Planned Giving
Gifts of Retirement Assets
Contributions to retirement plans can provide an excellent opportunity
for growth as they are invested tax-free. The earnings are taxed when
they are withdrawn, but this has allowed more dollars to be invested for
more growth. Additional savings can occur if the recipient is in a lower
tax bracket when the funds are withdrawn (for example, during retirement)
than when the investments were growing.
Norman
and Ruth had often put some of their savings into the stock
market. They were also employed by companies that had 401k
plans. They kept investing and the value of their plans kept
growing. They
had long been active in charitable giving - One of their first
charitable gifts had been a gift of appreciated stock.
Norman: "Our first experience was giving several hundred shares
of a stock that had more than doubled in value. We needed
some help that year with our tax situation and that gift was
a great idea. Also, our tax-sheltered retirement plans kept
growing and just recently we rolled them into our IRA. It's
grown beyond our wildest dreams."
Ruth: "But taxes will eat up so much of it. Not that we need it
all, but we were hoping to get more value out of it."
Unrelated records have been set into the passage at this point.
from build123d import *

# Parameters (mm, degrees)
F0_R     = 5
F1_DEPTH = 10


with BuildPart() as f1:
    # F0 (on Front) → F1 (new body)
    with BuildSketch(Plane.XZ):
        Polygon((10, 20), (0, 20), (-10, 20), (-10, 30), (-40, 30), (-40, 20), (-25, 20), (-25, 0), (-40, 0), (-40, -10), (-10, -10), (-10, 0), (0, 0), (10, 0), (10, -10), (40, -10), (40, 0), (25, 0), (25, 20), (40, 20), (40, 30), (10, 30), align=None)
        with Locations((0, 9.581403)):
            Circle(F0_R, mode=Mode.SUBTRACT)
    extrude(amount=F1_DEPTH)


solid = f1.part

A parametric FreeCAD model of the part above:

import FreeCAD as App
import Part
import Sketcher

V = App.Vector

doc = App.newDocument("Part")
body = doc.addObject("PartDesign::Body", "Body")

# Sketch on XZ plane
sketch1 = doc.addObject("Sketcher::SketchObject", "Sketch")
body.addObject(sketch1)
sketch1.AttachmentSupport = (doc.XZ_Plane, [""])
sketch1.MapMode = "FlatFace"
sketch1.addGeometry([
    Part.LineSegment(V(10, 20, 0), V(-10, 20, 0)),  # 0
    Part.LineSegment(V(-10, 20, 0), V(-10, 30, 0)),  # 1
    Part.LineSegment(V(-10, 30, 0), V(-40, 30, 0)),  # 2
    Part.LineSegment(V(-40, 30, 0), V(-40, 20, 0)),  # 3
    Part.LineSegment(V(-40, 20, 0), V(-25, 20, 0)),  # 4
    Part.LineSegment(V(-25, 20, 0), V(-25, 0, 0)),  # 5
    Part.LineSegment(V(-25, 0, 0), V(-40, 0, 0)),  # 6
    Part.LineSegment(V(-40, 0, 0), V(-40, -10, 0)),  # 7
    Part.LineSegment(V(-40, -10, 0), V(-10, -10, 0)),  # 8
    Part.LineSegment(V(-10, -10, 0), V(-10, 0, 0)),  # 9
    Part.LineSegment(V(-10, 0, 0), V(10, 0, 0)),  # 10
    Part.LineSegment(V(10, 0, 0), V(10, -10, 0)),  # 11
    Part.LineSegment(V(10, -10, 0), V(40, -10, 0)),  # 12
    Part.LineSegment(V(40, -10, 0), V(40, 0, 0)),  # 13
    Part.LineSegment(V(40, 0, 0), V(25, 0, 0)),  # 14
    Part.LineSegment(V(25, 0, 0), V(25, 20, 0)),  # 15
    Part.LineSegment(V(25, 20, 0), V(40, 20, 0)),  # 16
    Part.LineSegment(V(40, 20, 0), V(40, 30, 0)),  # 17
    Part.LineSegment(V(40, 30, 0), V(10, 30, 0)),  # 18
    Part.LineSegment(V(10, 30, 0), V(10, 20, 0)),  # 19
    Part.Circle(V(0, 10, 0), V(0, 0, 1), 5),  # 20
], False)
sketch1.addConstraint([
    Sketcher.Constraint("Coincident", 0, 2, 1, 1),
    Sketcher.Constraint("Coincident", 1, 2, 2, 1),
    Sketcher.Constraint("Coincident", 2, 2, 3, 1),
    Sketcher.Constraint("Coincident", 3, 2, 4, 1),
    Sketcher.Constraint("Coincident", 4, 2, 5, 1),
    Sketcher.Constraint("Coincident", 5, 2, 6, 1),
    Sketcher.Constraint("Coincident", 6, 2, 7, 1),
    Sketcher.Constraint("Coincident", 7, 2, 8, 1),
    Sketcher.Constraint("Coincident", 8, 2, 9, 1),
    Sketcher.Constraint("Coincident", 9, 2, 10, 1),
    Sketcher.Constraint("Coincident", 10, 2, 11, 1),
    Sketcher.Constraint("Coincident", 11, 2, 12, 1),
    Sketcher.Constraint("Coincident", 12, 2, 13, 1),
    Sketcher.Constraint("Coincident", 13, 2, 14, 1),
    Sketcher.Constraint("Coincident", 14, 2, 15, 1),
    Sketcher.Constraint("Coincident", 15, 2, 16, 1),
    Sketcher.Constraint("Coincident", 16, 2, 17, 1),
    Sketcher.Constraint("Coincident", 17, 2, 18, 1),
    Sketcher.Constraint("Coincident", 18, 2, 19, 1),
    Sketcher.Constraint("Coincident", 19, 2, 0, 1),
    Sketcher.Constraint("Horizontal", 0),
    Sketcher.Constraint("Vertical", 1),
    Sketcher.Constraint("Horizontal", 2),
    Sketcher.Constraint("Vertical", 3),
    Sketcher.Constraint("Horizontal", 4),
    Sketcher.Constraint("Vertical", 5),
    Sketcher.Constraint("Horizontal", 6),
    Sketcher.Constraint("Vertical", 7),
    Sketcher.Constraint("Horizontal", 8),
    Sketcher.Constraint("Vertical", 9),
    Sketcher.Constraint("Horizontal", 10),
    Sketcher.Constraint("Vertical", 11),
    Sketcher.Constraint("Horizontal", 12),
    Sketcher.Constraint("Vertical", 13),
    Sketcher.Constraint("Horizontal", 14),
    Sketcher.Constraint("Vertical", 15),
    Sketcher.Constraint("Horizontal", 16),
    Sketcher.Constraint("Vertical", 17),
    Sketcher.Constraint("Horizontal", 18),
    Sketcher.Constraint("Vertical", 19),
    Sketcher.Constraint("Symmetric", 9, 2, 10, 2, -1, 1),
    Sketcher.Constraint("Symmetric", 6, 2, 13, 2, -1, 1),
    Sketcher.Constraint("Symmetric", 5, 2, 14, 2, -2),
    Sketcher.Constraint("Symmetric", 3, 2, 16, 2, -2),
    Sketcher.Constraint("Symmetric", 1, 2, 18, 2, -2),
    Sketcher.Constraint("PointOnObject", 20, 3, -2),
    Sketcher.Constraint("Horizontal", 0, 2, 3, 2),
    Sketcher.Constraint("Horizontal", 8, 2, 11, 2),
    Sketcher.Constraint("Vertical", 3, 2, 6, 2),
    Sketcher.Constraint("Vertical", 1, 2, 8, 2),
    Sketcher.Constraint("Equal", 10, 5),
    Sketcher.Constraint("Equal", 3, 7),
    Sketcher.Constraint("Diameter", 20, 10.0),
    Sketcher.Constraint("DistanceX", 0, 2, 0, 1, 20.0),
    Sketcher.Constraint("DistanceX", 2, 2, 2, 1, 30.0),
    Sketcher.Constraint("DistanceX", 4, 1, 4, 2, 15.0),
    Sketcher.Constraint("DistanceY", 1, 1, 1, 2, 10.0),
    Sketcher.Constraint("DistanceY", -1, 1, 20, 3, 9.581403),
])
pad1 = doc.addObject("PartDesign::Pad", "Pad")
body.addObject(pad1)
pad1.Profile = sketch1
pad1.Length = 10

doc.recompute()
Norman: "We recently sat down with our attorney to look at our overall
financial plans to make sure we had set up our affairs to
best suit our needs. Our attorney suggested we consider making a charity
a partial beneficiary knowing how much
we would like to help others."
Ruth: "Tax benefits for our estate, protecting our future, and
knowing we're making a difference in other peoples' lives
- it feels good!"
However,
careful planning concerning the withdrawals from retirement
funds needs to be done. Not only is there a potential income
tax burden, but if there is a balance in your retirement account
at your death, there may be estate taxes as well. Estimates
are that taxes could eat up as much as 70-75% of retirement
assets under certain circumstances.
Using
qualified retirement plan funds is an excellent source of
assets to fund bequests. By designating Southern Coos Health
Foundation as a beneficiary (it
can be a contingent beneficiary after the death of a spouse - see sample
bequest language), funds pass to Southern Coos Health Foundation
free of taxes. It is possible to set up the beneficiary as
the recipient of the entire remaining funds in the account
or establish a percentage to fund the bequest.
Please
note - the designation of any charity as a beneficiary
of retirement fund assets cannot be simply written in your
will or trust. The charity must be designated as a beneficiary
of the retirement plan.
Everyone's
personal circumstances are different, so please consult your
tax advisor concerning the use of qualified retirement funds.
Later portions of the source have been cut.